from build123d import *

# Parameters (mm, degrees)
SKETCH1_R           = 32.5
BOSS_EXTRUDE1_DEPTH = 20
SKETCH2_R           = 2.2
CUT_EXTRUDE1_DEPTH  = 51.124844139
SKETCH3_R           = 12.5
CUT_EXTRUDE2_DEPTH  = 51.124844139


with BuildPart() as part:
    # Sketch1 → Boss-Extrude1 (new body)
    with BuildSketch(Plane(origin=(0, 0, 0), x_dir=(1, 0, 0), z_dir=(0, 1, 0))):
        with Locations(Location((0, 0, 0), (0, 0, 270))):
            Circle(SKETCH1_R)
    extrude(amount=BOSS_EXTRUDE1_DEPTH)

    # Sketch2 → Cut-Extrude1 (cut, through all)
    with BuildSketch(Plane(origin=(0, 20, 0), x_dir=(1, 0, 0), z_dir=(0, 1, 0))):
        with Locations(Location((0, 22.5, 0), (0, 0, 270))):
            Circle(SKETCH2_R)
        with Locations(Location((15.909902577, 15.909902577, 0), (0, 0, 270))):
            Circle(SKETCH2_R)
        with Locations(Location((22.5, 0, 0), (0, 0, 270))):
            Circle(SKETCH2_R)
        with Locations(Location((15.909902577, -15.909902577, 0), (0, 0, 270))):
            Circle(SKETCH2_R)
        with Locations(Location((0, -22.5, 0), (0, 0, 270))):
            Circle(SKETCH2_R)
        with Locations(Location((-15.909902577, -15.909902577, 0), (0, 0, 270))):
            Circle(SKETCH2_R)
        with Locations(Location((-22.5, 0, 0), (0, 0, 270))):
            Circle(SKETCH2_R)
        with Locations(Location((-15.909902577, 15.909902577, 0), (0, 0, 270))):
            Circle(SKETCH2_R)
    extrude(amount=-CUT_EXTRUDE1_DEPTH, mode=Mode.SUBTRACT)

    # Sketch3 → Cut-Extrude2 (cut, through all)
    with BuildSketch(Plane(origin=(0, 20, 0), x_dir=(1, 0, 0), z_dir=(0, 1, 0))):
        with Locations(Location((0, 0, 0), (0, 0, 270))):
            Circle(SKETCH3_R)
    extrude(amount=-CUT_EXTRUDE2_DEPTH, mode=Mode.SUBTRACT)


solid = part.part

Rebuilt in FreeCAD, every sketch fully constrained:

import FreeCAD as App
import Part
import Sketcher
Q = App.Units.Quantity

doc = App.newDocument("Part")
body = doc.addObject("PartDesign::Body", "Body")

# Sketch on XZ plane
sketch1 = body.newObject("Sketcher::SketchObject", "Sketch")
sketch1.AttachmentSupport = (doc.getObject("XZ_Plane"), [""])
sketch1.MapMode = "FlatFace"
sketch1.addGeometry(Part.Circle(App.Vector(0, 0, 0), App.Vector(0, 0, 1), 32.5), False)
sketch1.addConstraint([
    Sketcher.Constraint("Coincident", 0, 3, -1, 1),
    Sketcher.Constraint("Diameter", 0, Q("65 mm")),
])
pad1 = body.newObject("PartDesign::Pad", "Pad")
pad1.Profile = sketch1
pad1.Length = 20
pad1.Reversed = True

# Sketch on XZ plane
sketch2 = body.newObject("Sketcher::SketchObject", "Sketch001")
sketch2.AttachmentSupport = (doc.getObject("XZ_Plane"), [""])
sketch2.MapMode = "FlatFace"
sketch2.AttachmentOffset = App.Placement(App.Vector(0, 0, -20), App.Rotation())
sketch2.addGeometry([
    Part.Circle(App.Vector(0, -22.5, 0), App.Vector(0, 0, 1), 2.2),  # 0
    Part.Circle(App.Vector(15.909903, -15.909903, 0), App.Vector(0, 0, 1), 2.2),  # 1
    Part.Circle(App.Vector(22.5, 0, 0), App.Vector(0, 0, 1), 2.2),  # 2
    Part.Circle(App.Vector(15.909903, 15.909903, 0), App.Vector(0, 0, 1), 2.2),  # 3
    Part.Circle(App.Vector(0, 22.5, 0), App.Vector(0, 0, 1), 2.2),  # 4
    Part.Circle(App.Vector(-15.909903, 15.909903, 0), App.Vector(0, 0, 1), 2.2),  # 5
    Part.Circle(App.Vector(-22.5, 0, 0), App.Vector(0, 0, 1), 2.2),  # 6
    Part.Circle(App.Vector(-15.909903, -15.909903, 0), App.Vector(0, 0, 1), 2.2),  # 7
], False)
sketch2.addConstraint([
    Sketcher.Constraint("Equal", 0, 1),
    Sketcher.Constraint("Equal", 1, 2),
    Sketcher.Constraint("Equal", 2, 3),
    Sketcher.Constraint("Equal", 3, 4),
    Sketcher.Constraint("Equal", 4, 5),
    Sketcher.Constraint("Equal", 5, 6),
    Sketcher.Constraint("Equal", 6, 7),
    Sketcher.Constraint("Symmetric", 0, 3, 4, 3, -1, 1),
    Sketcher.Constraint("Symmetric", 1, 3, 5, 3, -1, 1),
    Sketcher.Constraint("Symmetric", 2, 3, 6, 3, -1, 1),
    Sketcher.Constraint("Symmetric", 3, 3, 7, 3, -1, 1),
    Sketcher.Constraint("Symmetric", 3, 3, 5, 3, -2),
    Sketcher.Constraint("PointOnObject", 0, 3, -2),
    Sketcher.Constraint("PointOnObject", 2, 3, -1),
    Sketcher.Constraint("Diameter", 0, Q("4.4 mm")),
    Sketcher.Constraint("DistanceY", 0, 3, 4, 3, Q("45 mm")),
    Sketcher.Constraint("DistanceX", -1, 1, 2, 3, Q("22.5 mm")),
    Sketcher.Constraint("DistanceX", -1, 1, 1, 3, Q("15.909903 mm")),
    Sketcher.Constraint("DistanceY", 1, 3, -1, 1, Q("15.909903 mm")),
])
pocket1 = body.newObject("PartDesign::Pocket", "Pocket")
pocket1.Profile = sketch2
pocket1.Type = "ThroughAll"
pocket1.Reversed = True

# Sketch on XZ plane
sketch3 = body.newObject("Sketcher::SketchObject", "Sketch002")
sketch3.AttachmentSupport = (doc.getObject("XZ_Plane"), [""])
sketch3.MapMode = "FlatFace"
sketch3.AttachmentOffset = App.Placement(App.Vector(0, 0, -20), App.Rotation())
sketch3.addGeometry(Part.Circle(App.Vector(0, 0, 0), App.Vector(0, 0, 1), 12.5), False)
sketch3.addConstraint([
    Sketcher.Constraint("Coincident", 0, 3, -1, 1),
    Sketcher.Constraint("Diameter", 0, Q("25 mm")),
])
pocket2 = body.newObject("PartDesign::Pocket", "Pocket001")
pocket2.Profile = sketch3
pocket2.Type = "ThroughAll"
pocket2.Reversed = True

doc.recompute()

# [Task details]
Please return the data above in full, without altering a single line.

# [Result of the task]
from build123d import *

# Parameters (mm, degrees)
SKETCH1_R           = 32.5
BOSS_EXTRUDE1_DEPTH = 20
SKETCH2_R           = 2.2
CUT_EXTRUDE1_DEPTH  = 51.124844139
SKETCH3_R           = 12.5
CUT_EXTRUDE2_DEPTH  = 51.124844139


with BuildPart() as part:
    # Sketch1 → Boss-Extrude1 (new body)
    with BuildSketch(Plane(origin=(0, 0, 0), x_dir=(1, 0, 0), z_dir=(0, 1, 0))):
        with Locations(Location((0, 0, 0), (0, 0, 270))):
            Circle(SKETCH1_R)
    extrude(amount=BOSS_EXTRUDE1_DEPTH)

    # Sketch2 → Cut-Extrude1 (cut, through all)
    with BuildSketch(Plane(origin=(0, 20, 0), x_dir=(1, 0, 0), z_dir=(0, 1, 0))):
        with Locations(Location((0, 22.5, 0), (0, 0, 270))):
            Circle(SKETCH2_R)
        with Locations(Location((15.909902577, 15.909902577, 0), (0, 0, 270))):
            Circle(SKETCH2_R)
        with Locations(Location((22.5, 0, 0), (0, 0, 270))):
            Circle(SKETCH2_R)
        with Locations(Location((15.909902577, -15.909902577, 0), (0, 0, 270))):
            Circle(SKETCH2_R)
        with Locations(Location((0, -22.5, 0), (0, 0, 270))):
            Circle(SKETCH2_R)
        with Locations(Location((-15.909902577, -15.909902577, 0), (0, 0, 270))):
            Circle(SKETCH2_R)
        with Locations(Location((-22.5, 0, 0), (0, 0, 270))):
            Circle(SKETCH2_R)
        with Locations(Location((-15.909902577, 15.909902577, 0), (0, 0, 270))):
            Circle(SKETCH2_R)
    extrude(amount=-CUT_EXTRUDE1_DEPTH, mode=Mode.SUBTRACT)

    # Sketch3 → Cut-Extrude2 (cut, through all)
    with BuildSketch(Plane(origin=(0, 20, 0), x_dir=(1, 0, 0), z_dir=(0, 1, 0))):
        with Locations(Location((0, 0, 0), (0, 0, 270))):
            Circle(SKETCH3_R)
    extrude(amount=-CUT_EXTRUDE2_DEPTH, mode=Mode.SUBTRACT)


solid = part.part

Rebuilt in FreeCAD, every sketch fully constrained:

import FreeCAD as App
import Part
import Sketcher
Q = App.Units.Quantity

doc = App.newDocument("Part")
body = doc.addObject("PartDesign::Body", "Body")

# Sketch on XZ plane
sketch1 = body.newObject("Sketcher::SketchObject", "Sketch")
sketch1.AttachmentSupport = (doc.getObject("XZ_Plane"), [""])
sketch1.MapMode = "FlatFace"
sketch1.addGeometry(Part.Circle(App.Vector(0, 0, 0), App.Vector(0, 0, 1), 32.5), False)
sketch1.addConstraint([
    Sketcher.Constraint("Coincident", 0, 3, -1, 1),
    Sketcher.Constraint("Diameter", 0, Q("65 mm")),
])
pad1 = body.newObject("PartDesign::Pad", "Pad")
pad1.Profile = sketch1
pad1.Length = 20
pad1.Reversed = True

# Sketch on XZ plane
sketch2 = body.newObject("Sketcher::SketchObject", "Sketch001")
sketch2.AttachmentSupport = (doc.getObject("XZ_Plane"), [""])
sketch2.MapMode = "FlatFace"
sketch2.AttachmentOffset = App.Placement(App.Vector(0, 0, -20), App.Rotation())
sketch2.addGeometry([
    Part.Circle(App.Vector(0, -22.5, 0), App.Vector(0, 0, 1), 2.2),  # 0
    Part.Circle(App.Vector(15.909903, -15.909903, 0), App.Vector(0, 0, 1), 2.2),  # 1
    Part.Circle(App.Vector(22.5, 0, 0), App.Vector(0, 0, 1), 2.2),  # 2
    Part.Circle(App.Vector(15.909903, 15.909903, 0), App.Vector(0, 0, 1), 2.2),  # 3
    Part.Circle(App.Vector(0, 22.5, 0), App.Vector(0, 0, 1), 2.2),  # 4
    Part.Circle(App.Vector(-15.909903, 15.909903, 0), App.Vector(0, 0, 1), 2.2),  # 5
    Part.Circle(App.Vector(-22.5, 0, 0), App.Vector(0, 0, 1), 2.2),  # 6
    Part.Circle(App.Vector(-15.909903, -15.909903, 0), App.Vector(0, 0, 1), 2.2),  # 7
], False)
sketch2.addConstraint([
    Sketcher.Constraint("Equal", 0, 1),
    Sketcher.Constraint("Equal", 1, 2),
    Sketcher.Constraint("Equal", 2, 3),
    Sketcher.Constraint("Equal", 3, 4),
    Sketcher.Constraint("Equal", 4, 5),
    Sketcher.Constraint("Equal", 5, 6),
    Sketcher.Constraint("Equal", 6, 7),
    Sketcher.Constraint("Symmetric", 0, 3, 4, 3, -1, 1),
    Sketcher.Constraint("Symmetric", 1, 3, 5, 3, -1, 1),
    Sketcher.Constraint("Symmetric", 2, 3, 6, 3, -1, 1),
    Sketcher.Constraint("Symmetric", 3, 3, 7, 3, -1, 1),
    Sketcher.Constraint("Symmetric", 3, 3, 5, 3, -2),
    Sketcher.Constraint("PointOnObject", 0, 3, -2),
    Sketcher.Constraint("PointOnObject", 2, 3, -1),
    Sketcher.Constraint("Diameter", 0, Q("4.4 mm")),
    Sketcher.Constraint("DistanceY", 0, 3, 4, 3, Q("45 mm")),
    Sketcher.Constraint("DistanceX", -1, 1, 2, 3, Q("22.5 mm")),
    Sketcher.Constraint("DistanceX", -1, 1, 1, 3, Q("15.909903 mm")),
    Sketcher.Constraint("DistanceY", 1, 3, -1, 1, Q("15.909903 mm")),
])
pocket1 = body.newObject("PartDesign::Pocket", "Pocket")
pocket1.Profile = sketch2
pocket1.Type = "ThroughAll"
pocket1.Reversed = True

# Sketch on XZ plane
sketch3 = body.newObject("Sketcher::SketchObject", "Sketch002")
sketch3.AttachmentSupport = (doc.getObject("XZ_Plane"), [""])
sketch3.MapMode = "FlatFace"
sketch3.AttachmentOffset = App.Placement(App.Vector(0, 0, -20), App.Rotation())
sketch3.addGeometry(Part.Circle(App.Vector(0, 0, 0), App.Vector(0, 0, 1), 12.5), False)
sketch3.addConstraint([
    Sketcher.Constraint("Coincident", 0, 3, -1, 1),
    Sketcher.Constraint("Diameter", 0, Q("25 mm")),
])
pocket2 = body.newObject("PartDesign::Pocket", "Pocket001")
pocket2.Profile = sketch3
pocket2.Type = "ThroughAll"
pocket2.Reversed = True

doc.recompute()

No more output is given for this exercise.